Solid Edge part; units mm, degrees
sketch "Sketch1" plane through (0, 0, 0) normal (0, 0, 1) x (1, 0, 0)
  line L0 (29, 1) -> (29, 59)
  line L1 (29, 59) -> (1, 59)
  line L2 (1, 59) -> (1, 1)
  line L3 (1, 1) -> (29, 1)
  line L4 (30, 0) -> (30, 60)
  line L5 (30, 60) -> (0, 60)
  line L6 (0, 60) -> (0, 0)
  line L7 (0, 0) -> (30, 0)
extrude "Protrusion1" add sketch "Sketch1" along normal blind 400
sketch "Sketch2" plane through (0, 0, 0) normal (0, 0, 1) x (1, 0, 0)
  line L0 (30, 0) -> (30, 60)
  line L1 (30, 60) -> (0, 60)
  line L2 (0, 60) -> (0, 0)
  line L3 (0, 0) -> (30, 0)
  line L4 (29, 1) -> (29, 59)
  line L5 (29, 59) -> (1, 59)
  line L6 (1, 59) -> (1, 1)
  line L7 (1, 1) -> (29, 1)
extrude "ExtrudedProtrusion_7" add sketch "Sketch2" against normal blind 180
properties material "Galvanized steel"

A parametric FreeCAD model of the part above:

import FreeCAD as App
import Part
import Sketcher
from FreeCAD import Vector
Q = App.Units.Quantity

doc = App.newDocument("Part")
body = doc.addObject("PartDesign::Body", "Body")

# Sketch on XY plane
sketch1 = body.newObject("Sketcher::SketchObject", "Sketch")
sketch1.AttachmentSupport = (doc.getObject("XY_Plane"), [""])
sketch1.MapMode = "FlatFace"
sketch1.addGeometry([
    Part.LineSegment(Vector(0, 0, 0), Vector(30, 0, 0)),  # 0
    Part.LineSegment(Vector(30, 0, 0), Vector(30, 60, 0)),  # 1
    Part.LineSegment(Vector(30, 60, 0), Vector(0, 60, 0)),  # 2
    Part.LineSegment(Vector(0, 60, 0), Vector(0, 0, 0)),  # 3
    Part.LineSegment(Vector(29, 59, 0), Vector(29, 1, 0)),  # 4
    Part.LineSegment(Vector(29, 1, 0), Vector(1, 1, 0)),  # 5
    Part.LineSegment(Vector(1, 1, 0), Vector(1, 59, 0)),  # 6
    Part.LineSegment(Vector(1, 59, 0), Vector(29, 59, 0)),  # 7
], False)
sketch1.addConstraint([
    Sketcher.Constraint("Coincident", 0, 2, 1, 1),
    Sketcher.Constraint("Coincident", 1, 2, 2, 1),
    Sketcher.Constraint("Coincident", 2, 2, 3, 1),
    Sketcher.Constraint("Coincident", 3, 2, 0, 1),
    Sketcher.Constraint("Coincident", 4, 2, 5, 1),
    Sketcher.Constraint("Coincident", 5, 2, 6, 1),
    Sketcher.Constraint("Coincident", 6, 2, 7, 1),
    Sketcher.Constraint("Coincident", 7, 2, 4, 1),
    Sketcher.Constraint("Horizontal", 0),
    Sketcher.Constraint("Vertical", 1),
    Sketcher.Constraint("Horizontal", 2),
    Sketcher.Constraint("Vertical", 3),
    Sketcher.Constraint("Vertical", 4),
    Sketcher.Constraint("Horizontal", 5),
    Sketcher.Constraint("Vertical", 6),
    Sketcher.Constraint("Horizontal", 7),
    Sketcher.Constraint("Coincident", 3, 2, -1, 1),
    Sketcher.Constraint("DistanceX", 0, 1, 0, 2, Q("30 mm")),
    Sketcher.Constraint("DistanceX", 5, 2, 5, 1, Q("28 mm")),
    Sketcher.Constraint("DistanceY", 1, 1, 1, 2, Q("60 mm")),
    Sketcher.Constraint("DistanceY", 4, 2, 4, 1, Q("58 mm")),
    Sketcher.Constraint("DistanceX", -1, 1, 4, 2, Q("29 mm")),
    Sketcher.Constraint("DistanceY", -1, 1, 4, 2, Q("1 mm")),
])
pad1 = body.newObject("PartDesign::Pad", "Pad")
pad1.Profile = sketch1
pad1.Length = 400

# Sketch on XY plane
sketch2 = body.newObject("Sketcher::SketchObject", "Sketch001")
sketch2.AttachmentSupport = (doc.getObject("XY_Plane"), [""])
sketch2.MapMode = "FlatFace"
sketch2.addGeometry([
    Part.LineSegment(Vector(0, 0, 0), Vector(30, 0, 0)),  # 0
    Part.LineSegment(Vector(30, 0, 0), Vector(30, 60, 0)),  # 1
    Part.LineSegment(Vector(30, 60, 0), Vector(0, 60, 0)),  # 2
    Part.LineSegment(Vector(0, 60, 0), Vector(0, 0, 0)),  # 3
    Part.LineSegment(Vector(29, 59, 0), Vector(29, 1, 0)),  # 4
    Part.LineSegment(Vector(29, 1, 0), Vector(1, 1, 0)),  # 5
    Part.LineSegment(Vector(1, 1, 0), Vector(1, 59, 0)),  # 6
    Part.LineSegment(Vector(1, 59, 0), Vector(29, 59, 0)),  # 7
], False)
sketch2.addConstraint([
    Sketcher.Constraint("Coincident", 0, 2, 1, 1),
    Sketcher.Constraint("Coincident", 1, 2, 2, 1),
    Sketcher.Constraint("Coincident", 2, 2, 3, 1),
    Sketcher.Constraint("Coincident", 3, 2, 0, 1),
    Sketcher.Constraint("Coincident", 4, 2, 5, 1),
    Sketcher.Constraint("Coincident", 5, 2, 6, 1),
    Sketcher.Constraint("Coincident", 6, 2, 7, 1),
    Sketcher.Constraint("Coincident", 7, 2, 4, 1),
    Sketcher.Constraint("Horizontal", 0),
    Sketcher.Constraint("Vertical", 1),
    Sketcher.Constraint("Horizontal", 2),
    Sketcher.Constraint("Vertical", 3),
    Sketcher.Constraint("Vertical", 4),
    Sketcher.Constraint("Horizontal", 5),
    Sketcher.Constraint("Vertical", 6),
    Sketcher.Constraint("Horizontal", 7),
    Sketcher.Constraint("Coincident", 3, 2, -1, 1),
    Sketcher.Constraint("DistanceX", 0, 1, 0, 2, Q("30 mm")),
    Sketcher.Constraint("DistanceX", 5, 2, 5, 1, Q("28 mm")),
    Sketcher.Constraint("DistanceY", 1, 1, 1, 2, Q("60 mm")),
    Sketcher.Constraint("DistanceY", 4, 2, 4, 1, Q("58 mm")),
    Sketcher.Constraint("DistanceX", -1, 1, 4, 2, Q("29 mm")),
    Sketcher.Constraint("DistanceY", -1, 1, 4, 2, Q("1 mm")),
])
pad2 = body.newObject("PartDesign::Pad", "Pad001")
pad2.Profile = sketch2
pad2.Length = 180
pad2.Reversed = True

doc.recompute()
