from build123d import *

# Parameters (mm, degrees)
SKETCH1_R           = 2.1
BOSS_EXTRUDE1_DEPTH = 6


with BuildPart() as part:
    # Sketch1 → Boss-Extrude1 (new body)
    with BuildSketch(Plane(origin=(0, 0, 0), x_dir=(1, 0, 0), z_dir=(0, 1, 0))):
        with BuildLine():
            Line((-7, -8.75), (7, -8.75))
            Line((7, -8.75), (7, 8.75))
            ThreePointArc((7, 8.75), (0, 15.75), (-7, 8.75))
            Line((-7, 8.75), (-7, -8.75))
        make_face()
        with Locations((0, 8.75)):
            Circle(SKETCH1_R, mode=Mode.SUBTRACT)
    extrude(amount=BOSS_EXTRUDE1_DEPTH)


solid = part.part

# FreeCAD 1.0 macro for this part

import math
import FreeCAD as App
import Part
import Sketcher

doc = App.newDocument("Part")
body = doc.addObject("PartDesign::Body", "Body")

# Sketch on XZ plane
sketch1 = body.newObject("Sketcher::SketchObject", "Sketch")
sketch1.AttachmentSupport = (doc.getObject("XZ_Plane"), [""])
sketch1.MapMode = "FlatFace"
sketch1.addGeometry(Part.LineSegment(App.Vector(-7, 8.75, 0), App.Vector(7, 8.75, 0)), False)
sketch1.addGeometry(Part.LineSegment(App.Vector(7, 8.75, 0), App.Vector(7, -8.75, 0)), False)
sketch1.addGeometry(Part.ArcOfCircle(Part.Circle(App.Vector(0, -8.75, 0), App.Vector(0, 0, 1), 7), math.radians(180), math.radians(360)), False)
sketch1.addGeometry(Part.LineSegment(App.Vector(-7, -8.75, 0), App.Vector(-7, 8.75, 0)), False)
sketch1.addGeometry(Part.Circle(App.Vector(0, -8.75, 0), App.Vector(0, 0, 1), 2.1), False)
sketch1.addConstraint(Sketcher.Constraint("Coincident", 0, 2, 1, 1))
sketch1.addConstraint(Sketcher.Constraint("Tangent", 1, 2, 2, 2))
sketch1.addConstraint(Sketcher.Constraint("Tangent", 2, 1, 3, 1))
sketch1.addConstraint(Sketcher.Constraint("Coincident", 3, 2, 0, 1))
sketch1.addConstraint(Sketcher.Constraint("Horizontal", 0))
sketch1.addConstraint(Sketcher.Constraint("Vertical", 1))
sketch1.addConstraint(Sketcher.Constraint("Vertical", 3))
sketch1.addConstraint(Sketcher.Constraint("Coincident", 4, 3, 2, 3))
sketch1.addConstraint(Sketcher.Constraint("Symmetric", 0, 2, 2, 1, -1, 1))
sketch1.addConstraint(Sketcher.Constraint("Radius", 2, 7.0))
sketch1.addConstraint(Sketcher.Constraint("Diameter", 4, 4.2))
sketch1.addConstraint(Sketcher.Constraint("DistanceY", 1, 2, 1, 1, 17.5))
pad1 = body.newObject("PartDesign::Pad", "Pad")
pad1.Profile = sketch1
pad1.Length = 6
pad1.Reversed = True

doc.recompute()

| Problem |
Counting only lines that hold the word "normal", state how many there are in the data. Write the number alone.

| Exercise solution |
4